[Feature] Minimal IUCLID export (#338)

This is an initial implementation that creates a working minimal .i6z document.
It passes schema validation and can be imported into IUCLID.

Caveat:
IUCLID files target individual compounds.
Pathway is not actually covered by the format.

It can be added in either soil or water and soil OECD endpoints.
**I currently only implemented the soil endpoint for all data.**

This sort of works, and I can report all degradation products in a pathway (not a nice view, but we can report many transformation products and add a diagram attachment in the future).
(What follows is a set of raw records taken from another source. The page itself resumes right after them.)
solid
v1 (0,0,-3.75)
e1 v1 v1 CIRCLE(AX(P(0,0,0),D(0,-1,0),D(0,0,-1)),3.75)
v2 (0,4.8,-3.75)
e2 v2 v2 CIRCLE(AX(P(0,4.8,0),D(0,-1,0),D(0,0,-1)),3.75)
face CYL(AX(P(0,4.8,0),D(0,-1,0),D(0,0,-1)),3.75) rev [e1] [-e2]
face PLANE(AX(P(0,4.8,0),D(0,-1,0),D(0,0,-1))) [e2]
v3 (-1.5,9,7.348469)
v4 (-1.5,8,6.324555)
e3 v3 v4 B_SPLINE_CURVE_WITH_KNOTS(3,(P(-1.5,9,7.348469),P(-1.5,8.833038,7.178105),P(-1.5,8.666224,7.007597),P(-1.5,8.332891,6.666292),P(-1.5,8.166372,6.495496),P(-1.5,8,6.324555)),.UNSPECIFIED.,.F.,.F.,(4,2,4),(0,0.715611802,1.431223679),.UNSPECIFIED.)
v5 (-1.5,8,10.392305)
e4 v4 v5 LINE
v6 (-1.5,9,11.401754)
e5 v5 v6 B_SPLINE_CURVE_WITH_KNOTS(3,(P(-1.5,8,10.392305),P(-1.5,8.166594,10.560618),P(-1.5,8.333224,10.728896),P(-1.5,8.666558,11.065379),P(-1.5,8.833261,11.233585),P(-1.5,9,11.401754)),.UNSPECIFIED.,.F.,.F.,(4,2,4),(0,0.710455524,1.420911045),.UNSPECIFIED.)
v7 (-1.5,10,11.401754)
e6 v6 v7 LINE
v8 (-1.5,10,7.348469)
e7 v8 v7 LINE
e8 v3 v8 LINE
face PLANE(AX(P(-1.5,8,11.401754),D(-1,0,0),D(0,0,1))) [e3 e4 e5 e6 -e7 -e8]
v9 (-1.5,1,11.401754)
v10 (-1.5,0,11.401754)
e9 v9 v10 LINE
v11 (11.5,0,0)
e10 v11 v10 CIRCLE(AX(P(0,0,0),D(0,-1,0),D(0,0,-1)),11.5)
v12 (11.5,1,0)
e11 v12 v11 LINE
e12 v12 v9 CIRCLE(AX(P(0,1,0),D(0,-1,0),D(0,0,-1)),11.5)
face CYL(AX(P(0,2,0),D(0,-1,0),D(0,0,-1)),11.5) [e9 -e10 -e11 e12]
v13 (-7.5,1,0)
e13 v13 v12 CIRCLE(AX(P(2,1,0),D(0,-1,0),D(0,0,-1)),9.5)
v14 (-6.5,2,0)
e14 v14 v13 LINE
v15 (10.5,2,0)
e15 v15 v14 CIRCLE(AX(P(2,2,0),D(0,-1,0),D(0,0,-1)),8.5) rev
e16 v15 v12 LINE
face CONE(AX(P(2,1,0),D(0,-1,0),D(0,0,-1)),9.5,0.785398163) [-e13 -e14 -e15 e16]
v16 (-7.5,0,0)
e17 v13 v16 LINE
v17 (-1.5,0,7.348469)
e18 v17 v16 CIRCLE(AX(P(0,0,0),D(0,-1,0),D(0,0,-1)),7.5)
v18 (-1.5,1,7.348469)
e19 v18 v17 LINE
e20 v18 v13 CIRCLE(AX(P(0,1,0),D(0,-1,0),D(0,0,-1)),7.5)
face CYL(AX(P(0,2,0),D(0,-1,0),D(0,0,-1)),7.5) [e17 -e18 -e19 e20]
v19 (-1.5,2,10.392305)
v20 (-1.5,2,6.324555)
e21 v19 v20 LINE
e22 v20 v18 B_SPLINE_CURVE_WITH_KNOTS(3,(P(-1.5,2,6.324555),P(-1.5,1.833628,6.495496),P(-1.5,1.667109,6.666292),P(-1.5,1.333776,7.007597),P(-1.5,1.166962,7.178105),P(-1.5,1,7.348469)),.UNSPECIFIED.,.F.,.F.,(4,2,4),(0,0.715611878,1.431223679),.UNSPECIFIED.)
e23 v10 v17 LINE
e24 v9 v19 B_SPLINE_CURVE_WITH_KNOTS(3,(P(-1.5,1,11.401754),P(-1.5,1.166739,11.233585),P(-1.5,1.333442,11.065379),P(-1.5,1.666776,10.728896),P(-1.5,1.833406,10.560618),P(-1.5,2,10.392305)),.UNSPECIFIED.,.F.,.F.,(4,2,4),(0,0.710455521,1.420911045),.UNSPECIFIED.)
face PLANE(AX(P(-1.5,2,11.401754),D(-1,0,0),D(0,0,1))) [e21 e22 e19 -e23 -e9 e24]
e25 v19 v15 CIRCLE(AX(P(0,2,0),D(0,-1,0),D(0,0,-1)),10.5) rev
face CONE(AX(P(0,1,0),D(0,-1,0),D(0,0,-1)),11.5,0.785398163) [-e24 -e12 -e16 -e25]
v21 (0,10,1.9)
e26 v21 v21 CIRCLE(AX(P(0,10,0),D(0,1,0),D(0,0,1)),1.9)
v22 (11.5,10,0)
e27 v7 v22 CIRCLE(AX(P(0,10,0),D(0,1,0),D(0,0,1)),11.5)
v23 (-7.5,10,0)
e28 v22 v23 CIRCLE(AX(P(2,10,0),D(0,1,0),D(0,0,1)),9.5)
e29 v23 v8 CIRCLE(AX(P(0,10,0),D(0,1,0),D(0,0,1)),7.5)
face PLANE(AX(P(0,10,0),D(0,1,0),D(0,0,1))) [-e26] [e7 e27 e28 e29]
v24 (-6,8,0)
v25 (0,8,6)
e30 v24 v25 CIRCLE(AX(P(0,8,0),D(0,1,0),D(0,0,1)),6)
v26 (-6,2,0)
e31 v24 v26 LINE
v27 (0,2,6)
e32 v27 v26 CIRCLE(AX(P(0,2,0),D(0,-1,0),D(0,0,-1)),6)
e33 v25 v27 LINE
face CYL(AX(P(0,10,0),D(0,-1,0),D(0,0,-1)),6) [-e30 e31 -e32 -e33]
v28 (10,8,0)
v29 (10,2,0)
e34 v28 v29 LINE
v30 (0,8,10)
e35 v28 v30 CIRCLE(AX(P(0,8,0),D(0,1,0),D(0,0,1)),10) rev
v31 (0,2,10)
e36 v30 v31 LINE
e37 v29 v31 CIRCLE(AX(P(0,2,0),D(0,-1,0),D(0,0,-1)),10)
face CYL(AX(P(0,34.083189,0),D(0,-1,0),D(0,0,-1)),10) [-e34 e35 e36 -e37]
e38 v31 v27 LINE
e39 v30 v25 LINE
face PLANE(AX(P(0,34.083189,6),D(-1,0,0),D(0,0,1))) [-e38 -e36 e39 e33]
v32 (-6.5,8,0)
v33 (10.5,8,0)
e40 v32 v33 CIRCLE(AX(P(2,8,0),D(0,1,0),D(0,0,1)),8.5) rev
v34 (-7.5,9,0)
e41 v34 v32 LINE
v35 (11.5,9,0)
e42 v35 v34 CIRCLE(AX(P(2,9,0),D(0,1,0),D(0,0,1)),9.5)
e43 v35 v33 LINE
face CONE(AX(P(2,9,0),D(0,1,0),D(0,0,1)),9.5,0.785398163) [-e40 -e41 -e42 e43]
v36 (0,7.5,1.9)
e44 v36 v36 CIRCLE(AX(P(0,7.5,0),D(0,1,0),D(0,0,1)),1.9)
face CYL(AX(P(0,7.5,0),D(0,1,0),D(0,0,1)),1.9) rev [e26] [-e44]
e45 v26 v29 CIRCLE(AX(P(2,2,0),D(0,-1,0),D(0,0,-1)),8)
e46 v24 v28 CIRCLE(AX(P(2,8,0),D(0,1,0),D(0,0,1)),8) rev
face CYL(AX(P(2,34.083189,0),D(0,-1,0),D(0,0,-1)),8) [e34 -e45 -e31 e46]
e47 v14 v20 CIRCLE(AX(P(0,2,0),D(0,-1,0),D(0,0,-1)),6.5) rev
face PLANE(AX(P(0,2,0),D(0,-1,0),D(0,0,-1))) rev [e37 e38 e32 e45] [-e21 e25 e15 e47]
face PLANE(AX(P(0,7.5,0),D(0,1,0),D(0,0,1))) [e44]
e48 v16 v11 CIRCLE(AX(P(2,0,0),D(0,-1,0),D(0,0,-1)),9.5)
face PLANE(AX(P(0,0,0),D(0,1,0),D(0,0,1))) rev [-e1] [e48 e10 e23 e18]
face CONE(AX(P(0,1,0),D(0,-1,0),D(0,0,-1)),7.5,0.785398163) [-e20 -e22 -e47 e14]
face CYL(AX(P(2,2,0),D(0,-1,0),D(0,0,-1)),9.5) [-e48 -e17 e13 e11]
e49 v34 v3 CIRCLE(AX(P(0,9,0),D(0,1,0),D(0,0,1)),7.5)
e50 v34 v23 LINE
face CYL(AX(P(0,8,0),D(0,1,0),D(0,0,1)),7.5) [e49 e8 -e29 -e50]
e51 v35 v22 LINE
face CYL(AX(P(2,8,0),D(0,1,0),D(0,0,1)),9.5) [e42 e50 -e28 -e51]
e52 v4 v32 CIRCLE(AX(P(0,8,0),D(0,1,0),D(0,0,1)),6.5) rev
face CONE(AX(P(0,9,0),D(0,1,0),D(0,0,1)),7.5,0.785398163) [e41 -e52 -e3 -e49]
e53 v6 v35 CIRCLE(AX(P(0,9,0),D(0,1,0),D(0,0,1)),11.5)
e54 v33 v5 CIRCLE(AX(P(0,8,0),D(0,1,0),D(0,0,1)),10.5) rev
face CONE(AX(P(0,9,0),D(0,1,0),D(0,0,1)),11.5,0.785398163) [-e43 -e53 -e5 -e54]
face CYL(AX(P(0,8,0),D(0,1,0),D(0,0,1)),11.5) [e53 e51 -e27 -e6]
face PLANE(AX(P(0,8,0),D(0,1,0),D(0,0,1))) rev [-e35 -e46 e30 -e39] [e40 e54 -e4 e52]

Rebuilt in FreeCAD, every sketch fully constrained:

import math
import FreeCAD as App
import Part
import Sketcher
Q = App.Units.Quantity


def edges_at(feature, points):
    """Names of the edges that pass closest to the given points."""
    edges = feature.Shape.Edges
    near = lambda p: min(range(len(edges)), key=lambda i: edges[i].distToShape(Part.Vertex(*p))[0])
    return sorted({f"Edge{near(p) + 1}" for p in points})

doc = App.newDocument("Part")
body = doc.addObject("PartDesign::Body", "Body")

# Sketch on XZ plane
sketch1 = body.newObject("Sketcher::SketchObject", "Sketch")
sketch1.AttachmentSupport = (doc.getObject("XZ_Plane"), [""])
sketch1.MapMode = "FlatFace"
sketch1.addGeometry(Part.Circle(App.Vector(0, 0, 0), App.Vector(0, 0, 1), 6), False)
sketch1.addConstraint([
    Sketcher.Constraint("Coincident", 0, 3, -1, 1),
    Sketcher.Constraint("Diameter", 0, Q("12 mm")),
])
pad1 = body.newObject("PartDesign::Pad", "Pad")
pad1.Profile = sketch1
pad1.Length = 10
pad1.Reversed = True

# Sketch on XZ plane
sketch2 = body.newObject("Sketcher::SketchObject", "Sketch001")
sketch2.AttachmentSupport = (doc.getObject("XZ_Plane"), [""])
sketch2.MapMode = "FlatFace"
sketch2.AttachmentOffset = App.Placement(App.Vector(0, 0, -10), App.Rotation())
sketch2.addGeometry(Part.Circle(App.Vector(0, 0, 0), App.Vector(0, 0, 1), 1.9), False)
sketch2.addConstraint([
    Sketcher.Constraint("Coincident", 0, 3, -1, 1),
    Sketcher.Constraint("Diameter", 0, Q("3.8 mm")),
])
pocket1 = body.newObject("PartDesign::Pocket", "Pocket")
pocket1.Profile = sketch2
pocket1.Length = 2.5
pocket1.Reversed = True

# Sketch on XZ plane
sketch3 = body.newObject("Sketcher::SketchObject", "Sketch002")
sketch3.AttachmentSupport = (doc.getObject("XZ_Plane"), [""])
sketch3.MapMode = "FlatFace"
sketch3.addGeometry(Part.Circle(App.Vector(0, 0, 0), App.Vector(0, 0, 1), 3.8), False)
sketch3.addConstraint([
    Sketcher.Constraint("Coincident", 0, 3, -1, 1),
    Sketcher.Constraint("Diameter", 0, Q("7.5 mm")),
])
pocket2 = body.newObject("PartDesign::Pocket", "Pocket001")
pocket2.Profile = sketch3
pocket2.Length = 4.8

# Sketch on XZ plane
sketch4 = body.newObject("Sketcher::SketchObject", "Sketch003")
sketch4.AttachmentSupport = (doc.getObject("XZ_Plane"), [""])
sketch4.MapMode = "FlatFace"
sketch4.addGeometry([
    Part.LineSegment(App.Vector(0, 10, 0), App.Vector(0, 6, 0)),
    Part.ArcOfCircle(Part.Circle(App.Vector(0, 0, 0), App.Vector(0, 0, 1), 6), math.radians(180), math.radians(450)),
    Part.ArcOfCircle(Part.Circle(App.Vector(2, 0, 0), App.Vector(0, 0, 1), 8), math.radians(180), math.radians(360)),
    Part.ArcOfCircle(Part.Circle(App.Vector(0, 0, 0), App.Vector(0, 0, 1), 10), math.radians(0), math.radians(90)),
], False)
sketch4.addConstraint([
    Sketcher.Constraint("Coincident", 0, 2, 1, 2),
    Sketcher.Constraint("Tangent", 1, 1, 2, 1),
    Sketcher.Constraint("Tangent", 2, 2, 3, 1),
    Sketcher.Constraint("Coincident", 3, 2, 0, 1),
    Sketcher.Constraint("Vertical", 0),
    Sketcher.Constraint("Coincident", 1, 3, -1, 1),
    Sketcher.Constraint("Coincident", 3, 3, -1, 1),
    Sketcher.Constraint("PointOnObject", 2, 3, -1),
    Sketcher.Constraint("PointOnObject", 0, 2, -2),
    Sketcher.Constraint("Radius", 1, Q("6 mm")),
    Sketcher.Constraint("Radius", 2, Q("8 mm")),
])
pad2 = body.newObject("PartDesign::Pad", "Pad001")
pad2.Profile = sketch4
pad2.Length = 10
pad2.Reversed = True

# Sketch on XZ plane
sketch5 = body.newObject("Sketcher::SketchObject", "Sketch004")
sketch5.AttachmentSupport = (doc.getObject("XZ_Plane"), [""])
sketch5.MapMode = "FlatFace"
sketch5.addGeometry([
    Part.LineSegment(App.Vector(-1.5, 11.4, 0), App.Vector(-1.5, 7.3, 0)),  # 0
    Part.ArcOfCircle(Part.Circle(App.Vector(0, 0, 0), App.Vector(0, 0, 1), 7.5), math.radians(102), math.radians(180)),  # 1
    Part.ArcOfCircle(Part.Circle(App.Vector(2, 0, 0), App.Vector(0, 0, 1), 9.5), math.radians(180), math.radians(360)),  # 2
    Part.ArcOfCircle(Part.Circle(App.Vector(0, 0, 0), App.Vector(0, 0, 1), 11.5), math.radians(0), math.radians(97)),  # 3
    Part.LineSegment(App.Vector(0, 6, 0), App.Vector(0, 10, 0)),  # 4
    Part.ArcOfCircle(Part.Circle(App.Vector(0, 0, 0), App.Vector(0, 0, 1), 10), math.radians(0), math.radians(90)),  # 5
    Part.ArcOfCircle(Part.Circle(App.Vector(2, 0, 0), App.Vector(0, 0, 1), 8), math.radians(180), math.radians(360)),  # 6
    Part.ArcOfCircle(Part.Circle(App.Vector(0, 0, 0), App.Vector(0, 0, 1), 6), math.radians(90), math.radians(180)),  # 7
], False)
sketch5.addConstraint([
    Sketcher.Constraint("Coincident", 0, 2, 1, 1),
    Sketcher.Constraint("Tangent", 1, 2, 2, 1),
    Sketcher.Constraint("Tangent", 2, 2, 3, 1),
    Sketcher.Constraint("Coincident", 3, 2, 0, 1),
    Sketcher.Constraint("Coincident", 4, 2, 5, 2),
    Sketcher.Constraint("Tangent", 5, 1, 6, 2),
    Sketcher.Constraint("Tangent", 6, 1, 7, 2),
    Sketcher.Constraint("Coincident", 7, 1, 4, 1),
    Sketcher.Constraint("Vertical", 0),
    Sketcher.Constraint("Vertical", 4),
    Sketcher.Constraint("Coincident", 1, 3, -1, 1),
    Sketcher.Constraint("Coincident", 3, 3, -1, 1),
    Sketcher.Constraint("Coincident", 5, 3, -1, 1),
    Sketcher.Constraint("Coincident", 7, 3, -1, 1),
    Sketcher.Constraint("Coincident", 6, 3, 2, 3),
    Sketcher.Constraint("PointOnObject", 2, 3, -1),
    Sketcher.Constraint("PointOnObject", 4, 2, -2),
    Sketcher.Constraint("Radius", 5, Q("10 mm")),
    Sketcher.Constraint("Radius", 6, Q("8 mm")),
    Sketcher.Constraint("Radius", 1, Q("7.5 mm")),
    Sketcher.Constraint("DistanceX", 1, 2, 0, 2, Q("6 mm")),
])
pad3 = body.newObject("PartDesign::Pad", "Pad002")
pad3.Profile = sketch5
pad3.Length = 2
pad3.Reversed = True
Adding additional information is an absolute pain, as we need to explicitly map each type of information to the relevant OECD field.
I use the XSD scheme for validation, but unfortunately the IUCLID parser is not fully compliant and requires a specific order, etc.

The workflow is: finding the AI structure from the XSD scheme -> make the scheme validation pass -> upload to IUCLID to get obscure error messages -> guess what could be wrong -> repeat 💣

New specifications get released once per year, so we will have to update accordingly.
I believe that this should be a more expensive feature, as it requires significant effort to uphold.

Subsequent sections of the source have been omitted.